> [Task directions]: Below are the records; copy each line in which "through" can be found.

□ □ □ □

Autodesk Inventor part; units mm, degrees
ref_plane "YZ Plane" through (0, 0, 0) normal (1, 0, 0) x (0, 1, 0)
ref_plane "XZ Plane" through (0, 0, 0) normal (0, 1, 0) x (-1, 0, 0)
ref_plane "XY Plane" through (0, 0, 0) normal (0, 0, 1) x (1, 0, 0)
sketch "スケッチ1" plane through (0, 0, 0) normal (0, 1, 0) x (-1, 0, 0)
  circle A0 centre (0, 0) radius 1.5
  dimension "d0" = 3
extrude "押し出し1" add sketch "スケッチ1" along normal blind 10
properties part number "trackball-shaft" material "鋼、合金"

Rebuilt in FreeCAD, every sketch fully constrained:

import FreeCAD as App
import Part
import Sketcher
from FreeCAD import Vector

doc = App.newDocument("Part")
body = doc.addObject("PartDesign::Body", "Body")

# Sketch on XZ plane
sketch1 = body.newObject("Sketcher::SketchObject", "Sketch")
sketch1.AttachmentSupport = (doc.getObject("XZ_Plane"), [""])
sketch1.MapMode = "FlatFace"
sketch1.addGeometry(Part.Circle(Vector(0, 0, 0), Vector(0, 0, 1), 1.5), False)
sketch1.addConstraint(Sketcher.Constraint("Coincident", 0, 3, -1, 1))
sketch1.addConstraint(Sketcher.Constraint("Diameter", 0, 3.0))
pad1 = body.newObject("PartDesign::Pad", "Pad")
pad1.Profile = sketch1
pad1.Length = 10
pad1.Reversed = True

doc.recompute()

□ □ □ □

> [Answer below]:
ref_plane "YZ Plane" through (0, 0, 0) normal (1, 0, 0) x (0, 1, 0)
ref_plane "XZ Plane" through (0, 0, 0) normal (0, 1, 0) x (-1, 0, 0)
ref_plane "XY Plane" through (0, 0, 0) normal (0, 0, 1) x (1, 0, 0)
sketch "スケッチ1" plane through (0, 0, 0) normal (0, 1, 0) x (-1, 0, 0)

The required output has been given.